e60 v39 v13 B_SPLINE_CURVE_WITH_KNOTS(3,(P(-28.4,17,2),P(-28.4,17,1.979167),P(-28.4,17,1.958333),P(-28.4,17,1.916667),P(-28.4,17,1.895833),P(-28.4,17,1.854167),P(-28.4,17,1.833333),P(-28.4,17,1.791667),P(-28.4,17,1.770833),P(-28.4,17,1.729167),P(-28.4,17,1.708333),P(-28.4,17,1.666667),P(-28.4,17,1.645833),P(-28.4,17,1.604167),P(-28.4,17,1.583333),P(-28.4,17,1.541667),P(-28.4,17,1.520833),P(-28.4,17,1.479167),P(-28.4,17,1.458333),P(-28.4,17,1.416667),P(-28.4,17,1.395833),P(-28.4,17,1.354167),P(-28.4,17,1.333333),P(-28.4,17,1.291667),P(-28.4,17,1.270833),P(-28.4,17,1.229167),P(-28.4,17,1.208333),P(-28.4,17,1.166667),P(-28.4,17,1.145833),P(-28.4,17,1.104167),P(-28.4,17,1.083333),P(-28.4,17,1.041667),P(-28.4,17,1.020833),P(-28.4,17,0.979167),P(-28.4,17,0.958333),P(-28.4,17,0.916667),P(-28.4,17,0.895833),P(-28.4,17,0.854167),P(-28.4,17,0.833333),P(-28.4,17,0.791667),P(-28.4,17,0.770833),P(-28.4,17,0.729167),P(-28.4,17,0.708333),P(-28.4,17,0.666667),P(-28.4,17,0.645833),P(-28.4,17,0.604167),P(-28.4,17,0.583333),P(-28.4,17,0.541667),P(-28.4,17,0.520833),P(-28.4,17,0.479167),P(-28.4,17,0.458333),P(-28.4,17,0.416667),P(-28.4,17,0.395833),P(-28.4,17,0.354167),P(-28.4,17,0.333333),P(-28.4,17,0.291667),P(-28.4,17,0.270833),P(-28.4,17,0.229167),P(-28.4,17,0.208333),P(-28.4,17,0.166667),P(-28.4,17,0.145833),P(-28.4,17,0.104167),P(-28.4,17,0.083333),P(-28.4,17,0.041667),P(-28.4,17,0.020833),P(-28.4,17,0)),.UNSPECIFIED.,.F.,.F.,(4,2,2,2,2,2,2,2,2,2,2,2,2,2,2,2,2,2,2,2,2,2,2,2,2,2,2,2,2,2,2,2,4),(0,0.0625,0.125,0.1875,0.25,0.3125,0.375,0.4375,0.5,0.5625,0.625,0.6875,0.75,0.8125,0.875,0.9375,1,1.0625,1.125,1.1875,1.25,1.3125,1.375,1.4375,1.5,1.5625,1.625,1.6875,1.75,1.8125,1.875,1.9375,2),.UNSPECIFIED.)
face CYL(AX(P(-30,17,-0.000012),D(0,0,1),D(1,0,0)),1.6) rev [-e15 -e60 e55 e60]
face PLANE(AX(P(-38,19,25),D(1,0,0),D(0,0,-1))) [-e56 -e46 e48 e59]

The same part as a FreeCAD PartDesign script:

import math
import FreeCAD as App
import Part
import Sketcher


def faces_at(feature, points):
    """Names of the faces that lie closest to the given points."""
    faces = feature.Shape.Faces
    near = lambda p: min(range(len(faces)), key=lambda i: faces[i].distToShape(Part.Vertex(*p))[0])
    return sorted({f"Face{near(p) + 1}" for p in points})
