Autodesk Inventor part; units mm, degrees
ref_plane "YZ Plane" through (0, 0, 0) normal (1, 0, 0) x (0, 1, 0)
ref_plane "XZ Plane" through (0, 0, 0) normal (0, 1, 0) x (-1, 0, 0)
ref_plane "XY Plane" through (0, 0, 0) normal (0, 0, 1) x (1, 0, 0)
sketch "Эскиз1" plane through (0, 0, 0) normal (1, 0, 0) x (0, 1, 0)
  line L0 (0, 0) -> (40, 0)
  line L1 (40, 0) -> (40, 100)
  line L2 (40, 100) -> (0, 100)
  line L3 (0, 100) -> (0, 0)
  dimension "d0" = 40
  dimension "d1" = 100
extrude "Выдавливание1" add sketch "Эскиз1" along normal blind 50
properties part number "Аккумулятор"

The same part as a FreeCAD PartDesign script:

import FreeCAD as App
import Part
import Sketcher
Q = App.Units.Quantity


def add_polygon(sketch, points):
    """Adds a closed chain of lines whose ends are joined by coincident constraints."""
    first, n = sketch.GeometryCount, len(points)
    for a, b in zip(points, points[1:] + points[:1]):
        sketch.addGeometry(Part.LineSegment(App.Vector(*a, 0), App.Vector(*b, 0)), False)
    for i in range(n):
        sketch.addConstraint(Sketcher.Constraint("Coincident", first + i, 2, first + (i + 1) % n, 1))

doc = App.newDocument("Part")
body = doc.addObject("PartDesign::Body", "Body")

sketch1 = doc.addObject("Sketcher::SketchObject", "Sketch")
body.addObject(sketch1)
sketch1.AttachmentSupport = (doc.YZ_Plane, [""])
sketch1.MapMode = "FlatFace"
add_polygon(sketch1, [(0, 100), (0, 0), (40, 0), (40, 100)])
sketch1.addConstraint([
    Sketcher.Constraint("Vertical", 0),
    Sketcher.Constraint("Horizontal", 1),
    Sketcher.Constraint("Vertical", 2),
    Sketcher.Constraint("Horizontal", 3),
    Sketcher.Constraint("Coincident", 0, 2, -1, 1),
    Sketcher.Constraint("DistanceY", 0, 2, 0, 1, Q("3.937 in")),
    Sketcher.Constraint("DistanceX", 1, 1, 1, 2, Q("1.5748 in")),
])
pad1 = doc.addObject("PartDesign::Pad", "Pad")
body.addObject(pad1)
pad1.Profile = sketch1
pad1.Length = Q("1.9685039 in")

doc.recompute()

══════════════════════════════

— WHAT IS REQUIRED —
In full and word for word, write out the data above.

— RESPONSE TO THE EXERCISE —
e60 v39 v13 B_SPLINE_CURVE_WITH_KNOTS(3,(P(-28.4,17,2),P(-28.4,17,1.979167),P(-28.4,17,1.958333),P(-28.4,17,1.916667),P(-28.4,17,1.895833),P(-28.4,17,1.854167),P(-28.4,17,1.833333),P(-28.4,17,1.791667),P(-28.4,17,1.770833),P(-28.4,17,1.729167),P(-28.4,17,1.708333),P(-28.4,17,1.666667),P(-28.4,17,1.645833),P(-28.4,17,1.604167),P(-28.4,17,1.583333),P(-28.4,17,1.541667),P(-28.4,17,1.520833),P(-28.4,17,1.479167),P(-28.4,17,1.458333),P(-28.4,17,1.416667),P(-28.4,17,1.395833),P(-28.4,17,1.354167),P(-28.4,17,1.333333),P(-28.4,17,1.291667),P(-28.4,17,1.270833),P(-28.4,17,1.229167),P(-28.4,17,1.208333),P(-28.4,17,1.166667),P(-28.4,17,1.145833),P(-28.4,17,1.104167),P(-28.4,17,1.083333),P(-28.4,17,1.041667),P(-28.4,17,1.020833),P(-28.4,17,0.979167),P(-28.4,17,0.958333),P(-28.4,17,0.916667),P(-28.4,17,0.895833),P(-28.4,17,0.854167),P(-28.4,17,0.833333),P(-28.4,17,0.791667),P(-28.4,17,0.770833),P(-28.4,17,0.729167),P(-28.4,17,0.708333),P(-28.4,17,0.666667),P(-28.4,17,0.645833),P(-28.4,17,0.604167),P(-28.4,17,0.583333),P(-28.4,17,0.541667),P(-28.4,17,0.520833),P(-28.4,17,0.479167),P(-28.4,17,0.458333),P(-28.4,17,0.416667),P(-28.4,17,0.395833),P(-28.4,17,0.354167),P(-28.4,17,0.333333),P(-28.4,17,0.291667),P(-28.4,17,0.270833),P(-28.4,17,0.229167),P(-28.4,17,0.208333),P(-28.4,17,0.166667),P(-28.4,17,0.145833),P(-28.4,17,0.104167),P(-28.4,17,0.083333),P(-28.4,17,0.041667),P(-28.4,17,0.020833),P(-28.4,17,0)),.UNSPECIFIED.,.F.,.F.,(4,2,2,2,2,2,2,2,2,2,2,2,2,2,2,2,2,2,2,2,2,2,2,2,2,2,2,2,2,2,2,2,4),(0,0.0625,0.125,0.1875,0.25,0.3125,0.375,0.4375,0.5,0.5625,0.625,0.6875,0.75,0.8125,0.875,0.9375,1,1.0625,1.125,1.1875,1.25,1.3125,1.375,1.4375,1.5,1.5625,1.625,1.6875,1.75,1.8125,1.875,1.9375,2),.UNSPECIFIED.)
face CYL(AX(P(-30,17,-0.000012),D(0,0,1),D(1,0,0)),1.6) rev [-e15 -e60 e55 e60]
face PLANE(AX(P(-38,19,25),D(1,0,0),D(0,0,-1))) [-e56 -e46 e48 e59]

The same part as a FreeCAD PartDesign script:

import math
import FreeCAD as App
import Part
import Sketcher


def faces_at(feature, points):
    """Names of the faces that lie closest to the given points."""
    faces = feature.Shape.Faces
    near = lambda p: min(range(len(faces)), key=lambda i: faces[i].distToShape(Part.Vertex(*p))[0])
    return sorted({f"Face{near(p) + 1}" for p in points})
Autodesk Inventor part; units mm, degrees
ref_plane "YZ Plane" through (0, 0, 0) normal (1, 0, 0) x (0, 1, 0)
ref_plane "XZ Plane" through (0, 0, 0) normal (0, 1, 0) x (-1, 0, 0)
ref_plane "XY Plane" through (0, 0, 0) normal (0, 0, 1) x (1, 0, 0)
sketch "Эскиз1" plane through (0, 0, 0) normal (1, 0, 0) x (0, 1, 0)
  line L0 (0, 0) -> (40, 0)
  line L1 (40, 0) -> (40, 100)
  line L2 (40, 100) -> (0, 100)
  line L3 (0, 100) -> (0, 0)
  dimension "d0" = 40
  dimension "d1" = 100
extrude "Выдавливание1" add sketch "Эскиз1" along normal blind 50
properties part number "Аккумулятор"

The same part as a FreeCAD PartDesign script:

import FreeCAD as App
import Part
import Sketcher
Q = App.Units.Quantity


def add_polygon(sketch, points):
    """Adds a closed chain of lines whose ends are joined by coincident constraints."""
    first, n = sketch.GeometryCount, len(points)
    for a, b in zip(points, points[1:] + points[:1]):
        sketch.addGeometry(Part.LineSegment(App.Vector(*a, 0), App.Vector(*b, 0)), False)
    for i in range(n):
        sketch.addConstraint(Sketcher.Constraint("Coincident", first + i, 2, first + (i + 1) % n, 1))

doc = App.newDocument("Part")
body = doc.addObject("PartDesign::Body", "Body")

sketch1 = doc.addObject("Sketcher::SketchObject", "Sketch")
body.addObject(sketch1)
sketch1.AttachmentSupport = (doc.YZ_Plane, [""])
sketch1.MapMode = "FlatFace"
add_polygon(sketch1, [(0, 100), (0, 0), (40, 0), (40, 100)])
sketch1.addConstraint([
    Sketcher.Constraint("Vertical", 0),
    Sketcher.Constraint("Horizontal", 1),
    Sketcher.Constraint("Vertical", 2),
    Sketcher.Constraint("Horizontal", 3),
    Sketcher.Constraint("Coincident", 0, 2, -1, 1),
    Sketcher.Constraint("DistanceY", 0, 2, 0, 1, Q("3.937 in")),
    Sketcher.Constraint("DistanceX", 1, 1, 1, 2, Q("1.5748 in")),
])
pad1 = doc.addObject("PartDesign::Pad", "Pad")
body.addObject(pad1)
pad1.Profile = sketch1
pad1.Length = Q("1.9685039 in")

doc.recompute()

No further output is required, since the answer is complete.